Path compression: In this implementation, when we traverse a path to find the representative of a set, we make all the elements on the path point directly to the representative. This flattens the tree and reduces the height of subsequent traversals to O(1) on average. The time complexity of this implementation is also O(alpha(n)).
Path splitting: In this implementation, when we traverse a path to find the representative of a set, we split the path into two halves and point all elements on one half directly to the representative. This breaks the path up into smaller pieces, reducing the time for subsequent traversals. The time complexity of this implementation is also O(alpha(n)).
Path halving: In this implementation, when we traverse a path to find the representative of a set, we make every other element on the path point directly to the representative. This reduces the height of the tree by approximately half, but may result in longer paths if the tree is unbalanced. The time complexity of this implementation is also O(alpha(n)).
Weighted union: In this implementation, we maintain the size of each set and always merge the smaller set into the larger set. This guarantees that the height of the resulting tree is at most log(n), where n is the number of elements. The time complexity of this implementation is O(alpha(n)).
Ranked path compression: In this implementation, we combine the path compression and union by rank techniques. In addition to compressing paths, we also update the rank of each set during path compression. The time complexity of this implementation is O(alpha(n)).
"Disjoint-set data structure, also called a union–find data structure or merge–find set, is a data structure that stores a collection of disjoint (non-overlapping) sets."
"It stores a partition of a set into disjoint subsets."
"It provides operations for adding new sets, merging sets (replacing them by their union), and finding a representative member of a set."
"The last operation makes it possible to find out efficiently if any two elements are in the same or different sets."

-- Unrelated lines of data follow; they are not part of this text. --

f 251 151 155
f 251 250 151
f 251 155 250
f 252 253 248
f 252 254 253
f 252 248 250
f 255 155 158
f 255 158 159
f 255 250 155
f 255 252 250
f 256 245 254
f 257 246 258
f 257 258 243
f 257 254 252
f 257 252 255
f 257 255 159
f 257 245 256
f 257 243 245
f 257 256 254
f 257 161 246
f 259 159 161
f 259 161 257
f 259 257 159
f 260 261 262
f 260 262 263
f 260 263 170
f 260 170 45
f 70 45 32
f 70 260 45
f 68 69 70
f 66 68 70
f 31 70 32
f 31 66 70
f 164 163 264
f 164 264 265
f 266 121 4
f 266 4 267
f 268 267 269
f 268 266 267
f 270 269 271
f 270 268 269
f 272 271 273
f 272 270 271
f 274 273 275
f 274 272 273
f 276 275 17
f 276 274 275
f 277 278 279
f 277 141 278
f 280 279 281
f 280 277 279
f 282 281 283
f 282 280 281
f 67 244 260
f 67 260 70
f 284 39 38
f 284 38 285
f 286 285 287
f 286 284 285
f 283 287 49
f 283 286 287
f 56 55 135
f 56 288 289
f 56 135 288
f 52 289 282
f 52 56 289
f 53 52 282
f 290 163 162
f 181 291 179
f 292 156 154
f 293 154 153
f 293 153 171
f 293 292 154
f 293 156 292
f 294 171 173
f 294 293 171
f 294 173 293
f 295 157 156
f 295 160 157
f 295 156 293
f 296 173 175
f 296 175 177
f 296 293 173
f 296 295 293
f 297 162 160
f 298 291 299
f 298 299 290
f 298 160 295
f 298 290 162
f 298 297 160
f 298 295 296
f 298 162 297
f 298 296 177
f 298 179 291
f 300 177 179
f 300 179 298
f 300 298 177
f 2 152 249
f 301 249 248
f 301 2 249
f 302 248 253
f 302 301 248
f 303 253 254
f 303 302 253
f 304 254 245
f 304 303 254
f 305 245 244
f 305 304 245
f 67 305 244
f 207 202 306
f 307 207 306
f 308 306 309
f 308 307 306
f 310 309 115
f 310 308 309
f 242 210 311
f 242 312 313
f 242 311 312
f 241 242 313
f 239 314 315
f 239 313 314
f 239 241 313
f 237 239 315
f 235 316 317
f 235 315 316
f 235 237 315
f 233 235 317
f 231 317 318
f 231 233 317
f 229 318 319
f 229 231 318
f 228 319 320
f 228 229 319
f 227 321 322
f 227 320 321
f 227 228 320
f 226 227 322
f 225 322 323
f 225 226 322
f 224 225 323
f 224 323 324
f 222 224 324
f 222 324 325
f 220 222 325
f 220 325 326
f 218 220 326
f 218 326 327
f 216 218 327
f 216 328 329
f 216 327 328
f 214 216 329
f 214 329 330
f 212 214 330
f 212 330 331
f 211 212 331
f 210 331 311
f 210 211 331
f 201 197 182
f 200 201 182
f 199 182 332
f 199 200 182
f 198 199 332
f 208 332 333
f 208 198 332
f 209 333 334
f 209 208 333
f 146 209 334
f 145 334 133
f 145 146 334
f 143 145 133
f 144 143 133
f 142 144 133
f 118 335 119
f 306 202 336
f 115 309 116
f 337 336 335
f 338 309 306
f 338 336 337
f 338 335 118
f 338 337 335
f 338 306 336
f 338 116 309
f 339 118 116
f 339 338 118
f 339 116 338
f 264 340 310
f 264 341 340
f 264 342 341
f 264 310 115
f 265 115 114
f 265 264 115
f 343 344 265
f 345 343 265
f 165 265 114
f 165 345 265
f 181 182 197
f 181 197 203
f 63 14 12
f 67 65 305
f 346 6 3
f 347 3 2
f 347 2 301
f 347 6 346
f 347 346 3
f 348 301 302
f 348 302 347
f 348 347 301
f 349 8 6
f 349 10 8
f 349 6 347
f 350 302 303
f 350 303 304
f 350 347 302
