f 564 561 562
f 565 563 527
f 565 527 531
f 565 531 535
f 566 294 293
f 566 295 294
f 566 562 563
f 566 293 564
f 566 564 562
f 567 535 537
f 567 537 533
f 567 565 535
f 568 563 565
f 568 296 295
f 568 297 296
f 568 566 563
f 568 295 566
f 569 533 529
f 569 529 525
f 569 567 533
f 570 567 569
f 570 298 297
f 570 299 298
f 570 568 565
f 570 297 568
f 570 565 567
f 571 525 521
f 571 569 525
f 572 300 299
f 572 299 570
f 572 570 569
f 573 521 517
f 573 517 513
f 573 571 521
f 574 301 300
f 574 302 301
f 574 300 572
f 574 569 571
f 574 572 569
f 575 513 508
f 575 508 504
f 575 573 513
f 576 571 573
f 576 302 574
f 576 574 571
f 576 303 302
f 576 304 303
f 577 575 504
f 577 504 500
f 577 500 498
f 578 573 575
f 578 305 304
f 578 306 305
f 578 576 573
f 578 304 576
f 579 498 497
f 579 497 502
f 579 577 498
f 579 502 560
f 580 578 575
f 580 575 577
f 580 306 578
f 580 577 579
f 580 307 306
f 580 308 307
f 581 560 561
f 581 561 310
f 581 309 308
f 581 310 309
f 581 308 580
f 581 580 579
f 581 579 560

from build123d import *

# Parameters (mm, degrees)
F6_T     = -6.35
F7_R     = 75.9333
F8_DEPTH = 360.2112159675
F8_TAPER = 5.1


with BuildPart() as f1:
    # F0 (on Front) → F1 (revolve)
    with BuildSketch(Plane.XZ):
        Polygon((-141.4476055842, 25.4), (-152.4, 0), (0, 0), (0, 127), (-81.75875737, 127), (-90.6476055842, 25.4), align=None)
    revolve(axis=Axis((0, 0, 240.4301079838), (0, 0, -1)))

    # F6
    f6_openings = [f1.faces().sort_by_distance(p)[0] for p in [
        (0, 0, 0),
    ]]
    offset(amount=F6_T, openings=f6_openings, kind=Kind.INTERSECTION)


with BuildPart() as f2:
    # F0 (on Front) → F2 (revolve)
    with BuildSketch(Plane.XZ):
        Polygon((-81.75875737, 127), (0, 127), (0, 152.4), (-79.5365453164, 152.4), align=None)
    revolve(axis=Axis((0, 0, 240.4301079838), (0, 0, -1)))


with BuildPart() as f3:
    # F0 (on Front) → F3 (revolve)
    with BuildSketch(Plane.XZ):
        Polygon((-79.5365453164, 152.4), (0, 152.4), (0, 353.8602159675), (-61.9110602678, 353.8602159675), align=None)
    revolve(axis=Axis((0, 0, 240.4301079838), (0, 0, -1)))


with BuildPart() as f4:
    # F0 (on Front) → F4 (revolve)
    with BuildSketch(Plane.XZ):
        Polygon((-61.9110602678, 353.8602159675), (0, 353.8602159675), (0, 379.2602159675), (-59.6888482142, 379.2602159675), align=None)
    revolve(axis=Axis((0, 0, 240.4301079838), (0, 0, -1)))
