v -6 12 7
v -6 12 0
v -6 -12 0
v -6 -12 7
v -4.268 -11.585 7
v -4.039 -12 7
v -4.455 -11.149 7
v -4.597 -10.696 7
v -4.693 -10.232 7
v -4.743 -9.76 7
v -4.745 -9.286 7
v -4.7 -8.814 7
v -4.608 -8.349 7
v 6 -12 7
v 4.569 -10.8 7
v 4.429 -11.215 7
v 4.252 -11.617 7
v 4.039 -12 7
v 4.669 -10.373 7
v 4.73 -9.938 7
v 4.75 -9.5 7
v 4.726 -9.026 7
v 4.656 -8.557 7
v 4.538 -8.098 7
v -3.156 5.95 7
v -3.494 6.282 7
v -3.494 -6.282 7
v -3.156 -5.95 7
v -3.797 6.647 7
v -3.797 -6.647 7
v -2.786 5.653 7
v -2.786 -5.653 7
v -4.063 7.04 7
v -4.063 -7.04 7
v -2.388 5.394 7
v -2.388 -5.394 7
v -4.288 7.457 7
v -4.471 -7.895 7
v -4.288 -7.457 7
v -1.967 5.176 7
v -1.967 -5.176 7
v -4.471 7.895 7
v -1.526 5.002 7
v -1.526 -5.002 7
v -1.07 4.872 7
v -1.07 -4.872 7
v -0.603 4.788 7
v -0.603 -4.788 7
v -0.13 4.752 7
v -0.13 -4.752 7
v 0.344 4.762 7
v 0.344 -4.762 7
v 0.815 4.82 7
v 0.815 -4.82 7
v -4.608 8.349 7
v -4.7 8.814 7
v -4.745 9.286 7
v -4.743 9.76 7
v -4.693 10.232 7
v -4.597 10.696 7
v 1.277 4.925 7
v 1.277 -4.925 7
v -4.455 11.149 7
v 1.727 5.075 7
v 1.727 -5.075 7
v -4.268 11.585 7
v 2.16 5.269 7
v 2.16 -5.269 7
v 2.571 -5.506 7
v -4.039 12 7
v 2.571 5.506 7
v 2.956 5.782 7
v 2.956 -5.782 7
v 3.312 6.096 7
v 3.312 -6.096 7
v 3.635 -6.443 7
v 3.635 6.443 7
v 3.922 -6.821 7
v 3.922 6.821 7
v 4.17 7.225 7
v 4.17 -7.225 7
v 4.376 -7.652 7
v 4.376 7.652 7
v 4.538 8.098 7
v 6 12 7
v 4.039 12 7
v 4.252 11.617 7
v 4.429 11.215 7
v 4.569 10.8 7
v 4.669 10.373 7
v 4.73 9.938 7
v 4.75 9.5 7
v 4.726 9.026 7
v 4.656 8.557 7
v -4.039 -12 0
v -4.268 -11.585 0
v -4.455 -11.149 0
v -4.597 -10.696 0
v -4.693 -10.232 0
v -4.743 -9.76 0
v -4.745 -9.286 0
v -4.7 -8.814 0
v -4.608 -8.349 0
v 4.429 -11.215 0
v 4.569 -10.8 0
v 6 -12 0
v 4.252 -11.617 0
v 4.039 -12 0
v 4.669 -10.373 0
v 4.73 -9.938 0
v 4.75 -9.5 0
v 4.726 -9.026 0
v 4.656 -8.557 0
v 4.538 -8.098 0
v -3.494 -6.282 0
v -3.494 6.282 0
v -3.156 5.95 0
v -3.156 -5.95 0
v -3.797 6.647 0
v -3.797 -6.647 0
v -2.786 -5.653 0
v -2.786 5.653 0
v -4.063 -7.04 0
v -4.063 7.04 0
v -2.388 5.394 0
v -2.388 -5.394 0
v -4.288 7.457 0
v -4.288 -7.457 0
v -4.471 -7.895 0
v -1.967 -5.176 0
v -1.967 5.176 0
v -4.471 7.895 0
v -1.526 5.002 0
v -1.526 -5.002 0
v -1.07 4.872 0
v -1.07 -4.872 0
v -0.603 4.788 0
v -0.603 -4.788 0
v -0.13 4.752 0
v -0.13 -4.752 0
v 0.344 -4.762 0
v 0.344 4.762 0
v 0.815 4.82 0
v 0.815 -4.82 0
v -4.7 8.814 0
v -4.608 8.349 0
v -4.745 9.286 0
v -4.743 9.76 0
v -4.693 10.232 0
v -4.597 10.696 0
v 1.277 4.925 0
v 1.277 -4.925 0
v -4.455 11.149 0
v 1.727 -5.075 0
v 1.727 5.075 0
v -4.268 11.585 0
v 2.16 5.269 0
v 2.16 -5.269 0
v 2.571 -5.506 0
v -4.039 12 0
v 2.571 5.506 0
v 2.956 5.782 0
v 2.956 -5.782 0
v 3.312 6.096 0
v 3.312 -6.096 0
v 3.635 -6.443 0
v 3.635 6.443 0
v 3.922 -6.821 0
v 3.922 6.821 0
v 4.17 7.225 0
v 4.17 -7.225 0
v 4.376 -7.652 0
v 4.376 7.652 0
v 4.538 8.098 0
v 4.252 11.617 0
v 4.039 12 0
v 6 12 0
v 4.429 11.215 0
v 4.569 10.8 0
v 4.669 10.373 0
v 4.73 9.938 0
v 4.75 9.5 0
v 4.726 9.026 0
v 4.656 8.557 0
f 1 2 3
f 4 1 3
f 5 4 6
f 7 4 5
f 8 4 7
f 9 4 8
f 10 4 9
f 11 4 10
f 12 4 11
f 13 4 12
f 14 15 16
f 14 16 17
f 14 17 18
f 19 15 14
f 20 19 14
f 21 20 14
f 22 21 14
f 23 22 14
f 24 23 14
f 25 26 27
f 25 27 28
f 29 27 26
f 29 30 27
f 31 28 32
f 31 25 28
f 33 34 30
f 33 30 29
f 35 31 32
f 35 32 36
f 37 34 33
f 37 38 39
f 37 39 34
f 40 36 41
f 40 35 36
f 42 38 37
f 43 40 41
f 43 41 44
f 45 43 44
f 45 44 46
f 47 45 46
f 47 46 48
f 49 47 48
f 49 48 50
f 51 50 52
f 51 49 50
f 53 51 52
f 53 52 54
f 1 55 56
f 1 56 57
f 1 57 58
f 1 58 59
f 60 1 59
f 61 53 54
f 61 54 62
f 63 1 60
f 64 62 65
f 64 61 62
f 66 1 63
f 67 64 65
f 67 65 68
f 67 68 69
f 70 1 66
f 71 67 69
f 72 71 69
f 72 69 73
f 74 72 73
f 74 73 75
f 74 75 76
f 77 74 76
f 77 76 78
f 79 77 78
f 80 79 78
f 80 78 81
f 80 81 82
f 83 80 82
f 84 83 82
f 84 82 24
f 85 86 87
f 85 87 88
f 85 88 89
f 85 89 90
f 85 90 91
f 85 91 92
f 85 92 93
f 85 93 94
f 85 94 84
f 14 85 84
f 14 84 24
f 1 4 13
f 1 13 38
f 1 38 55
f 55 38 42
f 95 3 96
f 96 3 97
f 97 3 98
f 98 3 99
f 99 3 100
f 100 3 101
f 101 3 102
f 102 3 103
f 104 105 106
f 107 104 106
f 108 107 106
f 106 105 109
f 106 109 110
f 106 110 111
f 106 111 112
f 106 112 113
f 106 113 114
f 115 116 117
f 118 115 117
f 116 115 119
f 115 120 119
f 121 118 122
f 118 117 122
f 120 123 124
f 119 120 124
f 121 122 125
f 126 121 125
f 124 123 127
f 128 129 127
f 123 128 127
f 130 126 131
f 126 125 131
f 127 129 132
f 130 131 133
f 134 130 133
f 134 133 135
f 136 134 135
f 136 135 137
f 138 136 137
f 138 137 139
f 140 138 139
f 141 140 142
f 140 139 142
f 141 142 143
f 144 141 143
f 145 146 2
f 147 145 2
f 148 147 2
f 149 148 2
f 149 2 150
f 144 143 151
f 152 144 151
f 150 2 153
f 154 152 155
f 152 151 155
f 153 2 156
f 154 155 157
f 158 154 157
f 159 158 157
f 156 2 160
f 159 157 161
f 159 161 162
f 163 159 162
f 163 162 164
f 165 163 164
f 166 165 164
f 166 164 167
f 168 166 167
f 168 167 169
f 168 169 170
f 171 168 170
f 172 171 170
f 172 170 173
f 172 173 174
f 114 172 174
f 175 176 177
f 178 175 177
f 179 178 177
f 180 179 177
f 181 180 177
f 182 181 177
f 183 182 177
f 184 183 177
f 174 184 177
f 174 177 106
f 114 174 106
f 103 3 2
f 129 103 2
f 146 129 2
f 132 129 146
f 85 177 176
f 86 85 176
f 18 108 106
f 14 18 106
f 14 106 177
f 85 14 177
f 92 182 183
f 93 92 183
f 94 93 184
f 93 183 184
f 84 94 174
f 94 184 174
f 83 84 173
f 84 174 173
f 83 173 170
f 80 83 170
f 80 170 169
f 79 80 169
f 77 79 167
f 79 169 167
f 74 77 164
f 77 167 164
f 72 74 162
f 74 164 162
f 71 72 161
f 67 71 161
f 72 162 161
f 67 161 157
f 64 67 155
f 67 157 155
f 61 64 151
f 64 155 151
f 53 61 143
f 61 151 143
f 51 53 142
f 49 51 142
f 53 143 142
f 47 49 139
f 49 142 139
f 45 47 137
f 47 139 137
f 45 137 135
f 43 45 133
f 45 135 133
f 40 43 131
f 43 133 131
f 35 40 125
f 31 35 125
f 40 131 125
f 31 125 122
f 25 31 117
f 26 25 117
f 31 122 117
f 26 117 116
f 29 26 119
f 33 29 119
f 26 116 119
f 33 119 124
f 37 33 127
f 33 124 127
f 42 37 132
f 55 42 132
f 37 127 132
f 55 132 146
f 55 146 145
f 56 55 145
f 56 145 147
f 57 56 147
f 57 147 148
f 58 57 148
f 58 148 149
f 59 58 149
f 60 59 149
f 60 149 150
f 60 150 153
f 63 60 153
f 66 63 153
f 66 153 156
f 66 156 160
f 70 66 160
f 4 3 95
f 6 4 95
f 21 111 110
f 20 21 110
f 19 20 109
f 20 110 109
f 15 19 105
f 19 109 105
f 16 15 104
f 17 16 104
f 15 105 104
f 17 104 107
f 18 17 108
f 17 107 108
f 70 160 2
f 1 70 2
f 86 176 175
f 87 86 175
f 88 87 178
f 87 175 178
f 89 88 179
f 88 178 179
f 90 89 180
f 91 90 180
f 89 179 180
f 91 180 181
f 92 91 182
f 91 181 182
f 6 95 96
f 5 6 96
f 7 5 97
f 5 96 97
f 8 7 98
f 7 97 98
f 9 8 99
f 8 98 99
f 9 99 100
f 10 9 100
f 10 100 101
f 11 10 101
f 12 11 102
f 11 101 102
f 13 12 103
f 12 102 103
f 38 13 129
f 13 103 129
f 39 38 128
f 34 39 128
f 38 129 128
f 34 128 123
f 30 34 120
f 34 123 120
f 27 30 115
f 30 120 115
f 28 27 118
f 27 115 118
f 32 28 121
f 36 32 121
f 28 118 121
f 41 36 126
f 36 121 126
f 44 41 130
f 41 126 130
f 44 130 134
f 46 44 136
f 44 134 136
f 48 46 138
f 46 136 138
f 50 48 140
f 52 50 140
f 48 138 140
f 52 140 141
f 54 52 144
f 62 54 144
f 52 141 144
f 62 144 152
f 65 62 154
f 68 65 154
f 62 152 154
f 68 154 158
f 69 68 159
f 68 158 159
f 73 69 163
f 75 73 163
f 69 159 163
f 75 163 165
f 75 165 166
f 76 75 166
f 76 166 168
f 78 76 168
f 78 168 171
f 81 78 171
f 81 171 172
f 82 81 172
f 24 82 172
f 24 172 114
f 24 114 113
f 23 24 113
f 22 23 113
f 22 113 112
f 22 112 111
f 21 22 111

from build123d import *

# Parameters (mm, degrees)
F1_DEPTH = 7


with BuildPart() as f1:
    # F0 (on Top) → F1 (new body)
    with BuildSketch(Plane.XY):
        with BuildLine():
            Line((6, -12), (6, 12))
            Line((6, 12), (4.038874, 12))
            ThreePointArc((4.038874, 12), (4.568761, 10.799587), (4.75, 9.5))
            ThreePointArc((4.75, 9.5), (-1.299587, 4.931239), (-4.038874, 12))
            Line((-4.038874, 12), (-6, 12))
            Line((-6, 12), (-6, -12))
            Line((-6, -12), (-4.038874, -12))
            ThreePointArc((-4.038874, -12), (-1.299587, -4.931239), (4.75, -9.5))
            ThreePointArc((4.75, -9.5), (4.568761, -10.799587), (4.038874, -12))
            Line((4.038874, -12), (6, -12))
        make_face()
    extrude(amount=F1_DEPTH)


solid = f1.part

"Disjoint-set data structures are often identified with a particular implementation called a disjoint-set forest."
"This is a specialized type of forest which performs unions and finds in near-constant amortized time."
"To perform a sequence of m addition, union, or find operations on a disjoint-set forest with n nodes requires total time O(mα(n))."
"Disjoint-set forests do not guarantee this performance on a per-operation basis. Individual union and find operations can take longer than a constant times α(n) time."
"Each operation causes the disjoint-set forest to adjust itself so that successive operations are faster."
"Disjoint-set data structures play a key role in Kruskal's algorithm for finding the minimum spanning tree of a graph."
"The importance of minimum spanning trees means that disjoint-set data structures underlie a wide variety of algorithms."
"Disjoint-set data structures also have applications to symbolic computation."
"Disjoint-set data structures have applications in compilers, especially for register allocation problems."
"Disjoint-set data structure, also called a union–find data structure or merge–find set..."
"A disjoint-set data structure stores a collection of disjoint (non-overlapping) sets."
"The last operation makes it possible to find out efficiently if any two elements are in the same or different sets."
"A disjoint-set forest performs unions and finds in near-constant amortized time."
"To perform a sequence of m addition, union, or find operations on a disjoint-set forest with n nodes requires total time O(mα(n)), where α(n) is the extremely slow-growing inverse Ackermann function."
"Individual union and find operations can take longer than a constant times α(n) time..."
"Disjoint-set forests are both asymptotically optimal and practically efficient."